■ EXERCISE
Please restate each entry exactly, without skipping any.

■ DATASET EXCERPTS
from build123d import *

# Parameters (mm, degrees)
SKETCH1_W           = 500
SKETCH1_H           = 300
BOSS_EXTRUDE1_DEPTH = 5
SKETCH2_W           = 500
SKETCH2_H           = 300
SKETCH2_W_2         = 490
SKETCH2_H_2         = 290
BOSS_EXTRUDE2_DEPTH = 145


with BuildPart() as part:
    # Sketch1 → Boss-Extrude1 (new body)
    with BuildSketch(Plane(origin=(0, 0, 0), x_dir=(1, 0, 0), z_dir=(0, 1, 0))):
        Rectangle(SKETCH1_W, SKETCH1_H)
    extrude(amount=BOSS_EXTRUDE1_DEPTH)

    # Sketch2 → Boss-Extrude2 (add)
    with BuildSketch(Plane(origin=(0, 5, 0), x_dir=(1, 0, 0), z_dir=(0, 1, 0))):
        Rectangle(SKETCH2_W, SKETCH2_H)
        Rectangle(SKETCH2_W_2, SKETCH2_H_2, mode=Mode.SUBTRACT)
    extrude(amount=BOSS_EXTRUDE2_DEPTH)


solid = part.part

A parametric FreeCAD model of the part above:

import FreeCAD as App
import Part
import Sketcher

V = App.Vector
Q = App.Units.Quantity

doc = App.newDocument("Part")
body = doc.addObject("PartDesign::Body", "Body")

# Sketch on XZ plane
sketch1 = body.newObject("Sketcher::SketchObject", "Sketch")
sketch1.AttachmentSupport = (doc.getObject("XZ_Plane"), [""])
sketch1.MapMode = "FlatFace"
sketch1.addGeometry([
    Part.LineSegment(V(-250, -150, 0), V(-250, 150, 0)),
    Part.LineSegment(V(-250, 150, 0), V(250, 150, 0)),
    Part.LineSegment(V(250, 150, 0), V(250, -150, 0)),
    Part.LineSegment(V(250, -150, 0), V(-250, -150, 0)),
], False)
sketch1.addConstraint([
    Sketcher.Constraint("Coincident", 0, 2, 1, 1),
    Sketcher.Constraint("Coincident", 1, 2, 2, 1),
    Sketcher.Constraint("Coincident", 2, 2, 3, 1),
    Sketcher.Constraint("Coincident", 3, 2, 0, 1),
    Sketcher.Constraint("Vertical", 0),
    Sketcher.Constraint("Horizontal", 1),
    Sketcher.Constraint("Vertical", 2),
    Sketcher.Constraint("Horizontal", 3),
    Sketcher.Constraint("Symmetric", 0, 2, 2, 2, -1, 1),
    Sketcher.Constraint("DistanceX", 1, 1, 1, 2, Q("500 mm")),
    Sketcher.Constraint("DistanceY", 0, 1, 0, 2, Q("300 mm")),
])
pad1 = body.newObject("PartDesign::Pad", "Pad")
pad1.Profile = sketch1
pad1.Length = 5
pad1.Reversed = True

# Sketch on XZ plane
sketch2 = body.newObject("Sketcher::SketchObject", "Sketch001")
sketch2.AttachmentSupport = (doc.getObject("XZ_Plane"), [""])
sketch2.MapMode = "FlatFace"
sketch2.AttachmentOffset = App.Placement(V(0, 0, -5), App.Rotation())
sketch2.addGeometry([
    Part.LineSegment(V(-250, -150, 0), V(-250, 150, 0)),  # 0
    Part.LineSegment(V(-250, 150, 0), V(250, 150, 0)),  # 1
    Part.LineSegment(V(250, 150, 0), V(250, -150, 0)),  # 2
    Part.LineSegment(V(250, -150, 0), V(-250, -150, 0)),  # 3
    Part.LineSegment(V(245, 145, 0), V(-245, 145, 0)),  # 4
    Part.LineSegment(V(-245, 145, 0), V(-245, -145, 0)),  # 5
    Part.LineSegment(V(-245, -145, 0), V(245, -145, 0)),  # 6
    Part.LineSegment(V(245, -145, 0), V(245, 145, 0)),  # 7
], False)
sketch2.addConstraint([
    Sketcher.Constraint("Coincident", 0, 2, 1, 1),
    Sketcher.Constraint("Coincident", 1, 2, 2, 1),
    Sketcher.Constraint("Coincident", 2, 2, 3, 1),
    Sketcher.Constraint("Coincident", 3, 2, 0, 1),
    Sketcher.Constraint("Coincident", 4, 2, 5, 1),
    Sketcher.Constraint("Coincident", 5, 2, 6, 1),
    Sketcher.Constraint("Coincident", 6, 2, 7, 1),
    Sketcher.Constraint("Coincident", 7, 2, 4, 1),
    Sketcher.Constraint("Vertical", 0),
    Sketcher.Constraint("Horizontal", 1),
    Sketcher.Constraint("Vertical", 2),
    Sketcher.Constraint("Horizontal", 3),
    Sketcher.Constraint("Horizontal", 4),
    Sketcher.Constraint("Vertical", 5),
    Sketcher.Constraint("Horizontal", 6),
    Sketcher.Constraint("Vertical", 7),
    Sketcher.Constraint("Symmetric", 0, 2, 2, 2, -1, 1),
    Sketcher.Constraint("Symmetric", 4, 2, 6, 2, -1, 1),
    Sketcher.Constraint("DistanceX", 1, 1, 1, 2, Q("500 mm")),
    Sketcher.Constraint("DistanceX", 4, 2, 4, 1, Q("490 mm")),
    Sketcher.Constraint("DistanceY", 0, 1, 0, 2, Q("300 mm")),
    Sketcher.Constraint("DistanceY", 5, 2, 5, 1, Q("290 mm")),
])
pad2 = body.newObject("PartDesign::Pad", "Pad001")
pad2.Profile = sketch2
pad2.Length = 145
pad2.Reversed = True

doc.recompute()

■ FINISHED EXERCISE
from build123d import *

# Parameters (mm, degrees)
SKETCH1_W           = 500
SKETCH1_H           = 300
BOSS_EXTRUDE1_DEPTH = 5
SKETCH2_W           = 500
SKETCH2_H           = 300
SKETCH2_W_2         = 490
SKETCH2_H_2         = 290
BOSS_EXTRUDE2_DEPTH = 145


with BuildPart() as part:
    # Sketch1 → Boss-Extrude1 (new body)
    with BuildSketch(Plane(origin=(0, 0, 0), x_dir=(1, 0, 0), z_dir=(0, 1, 0))):
        Rectangle(SKETCH1_W, SKETCH1_H)
    extrude(amount=BOSS_EXTRUDE1_DEPTH)

    # Sketch2 → Boss-Extrude2 (add)
    with BuildSketch(Plane(origin=(0, 5, 0), x_dir=(1, 0, 0), z_dir=(0, 1, 0))):
        Rectangle(SKETCH2_W, SKETCH2_H)
        Rectangle(SKETCH2_W_2, SKETCH2_H_2, mode=Mode.SUBTRACT)
    extrude(amount=BOSS_EXTRUDE2_DEPTH)


solid = part.part

A parametric FreeCAD model of the part above:

import FreeCAD as App
import Part
import Sketcher

V = App.Vector
Q = App.Units.Quantity

doc = App.newDocument("Part")
body = doc.addObject("PartDesign::Body", "Body")

# Sketch on XZ plane
sketch1 = body.newObject("Sketcher::SketchObject", "Sketch")
sketch1.AttachmentSupport = (doc.getObject("XZ_Plane"), [""])
sketch1.MapMode = "FlatFace"
sketch1.addGeometry([
    Part.LineSegment(V(-250, -150, 0), V(-250, 150, 0)),
    Part.LineSegment(V(-250, 150, 0), V(250, 150, 0)),
    Part.LineSegment(V(250, 150, 0), V(250, -150, 0)),
    Part.LineSegment(V(250, -150, 0), V(-250, -150, 0)),
], False)
sketch1.addConstraint([
    Sketcher.Constraint("Coincident", 0, 2, 1, 1),
    Sketcher.Constraint("Coincident", 1, 2, 2, 1),
    Sketcher.Constraint("Coincident", 2, 2, 3, 1),
    Sketcher.Constraint("Coincident", 3, 2, 0, 1),
    Sketcher.Constraint("Vertical", 0),
    Sketcher.Constraint("Horizontal", 1),
    Sketcher.Constraint("Vertical", 2),
    Sketcher.Constraint("Horizontal", 3),
    Sketcher.Constraint("Symmetric", 0, 2, 2, 2, -1, 1),
    Sketcher.Constraint("DistanceX", 1, 1, 1, 2, Q("500 mm")),
    Sketcher.Constraint("DistanceY", 0, 1, 0, 2, Q("300 mm")),
])
pad1 = body.newObject("PartDesign::Pad", "Pad")
pad1.Profile = sketch1
pad1.Length = 5
pad1.Reversed = True

# Sketch on XZ plane
sketch2 = body.newObject("Sketcher::SketchObject", "Sketch001")
sketch2.AttachmentSupport = (doc.getObject("XZ_Plane"), [""])
sketch2.MapMode = "FlatFace"
sketch2.AttachmentOffset = App.Placement(V(0, 0, -5), App.Rotation())
sketch2.addGeometry([
    Part.LineSegment(V(-250, -150, 0), V(-250, 150, 0)),  # 0
    Part.LineSegment(V(-250, 150, 0), V(250, 150, 0)),  # 1
    Part.LineSegment(V(250, 150, 0), V(250, -150, 0)),  # 2
    Part.LineSegment(V(250, -150, 0), V(-250, -150, 0)),  # 3
    Part.LineSegment(V(245, 145, 0), V(-245, 145, 0)),  # 4
    Part.LineSegment(V(-245, 145, 0), V(-245, -145, 0)),  # 5
    Part.LineSegment(V(-245, -145, 0), V(245, -145, 0)),  # 6
    Part.LineSegment(V(245, -145, 0), V(245, 145, 0)),  # 7
], False)
sketch2.addConstraint([
    Sketcher.Constraint("Coincident", 0, 2, 1, 1),
    Sketcher.Constraint("Coincident", 1, 2, 2, 1),
    Sketcher.Constraint("Coincident", 2, 2, 3, 1),
    Sketcher.Constraint("Coincident", 3, 2, 0, 1),
    Sketcher.Constraint("Coincident", 4, 2, 5, 1),
    Sketcher.Constraint("Coincident", 5, 2, 6, 1),
    Sketcher.Constraint("Coincident", 6, 2, 7, 1),
    Sketcher.Constraint("Coincident", 7, 2, 4, 1),
    Sketcher.Constraint("Vertical", 0),
    Sketcher.Constraint("Horizontal", 1),
    Sketcher.Constraint("Vertical", 2),
    Sketcher.Constraint("Horizontal", 3),
    Sketcher.Constraint("Horizontal", 4),
    Sketcher.Constraint("Vertical", 5),
    Sketcher.Constraint("Horizontal", 6),
    Sketcher.Constraint("Vertical", 7),
    Sketcher.Constraint("Symmetric", 0, 2, 2, 2, -1, 1),
    Sketcher.Constraint("Symmetric", 4, 2, 6, 2, -1, 1),
    Sketcher.Constraint("DistanceX", 1, 1, 1, 2, Q("500 mm")),
    Sketcher.Constraint("DistanceX", 4, 2, 4, 1, Q("490 mm")),
    Sketcher.Constraint("DistanceY", 0, 1, 0, 2, Q("300 mm")),
    Sketcher.Constraint("DistanceY", 5, 2, 5, 1, Q("290 mm")),
])
pad2 = body.newObject("PartDesign::Pad", "Pad001")
pad2.Profile = sketch2
pad2.Length = 145
pad2.Reversed = True

doc.recompute()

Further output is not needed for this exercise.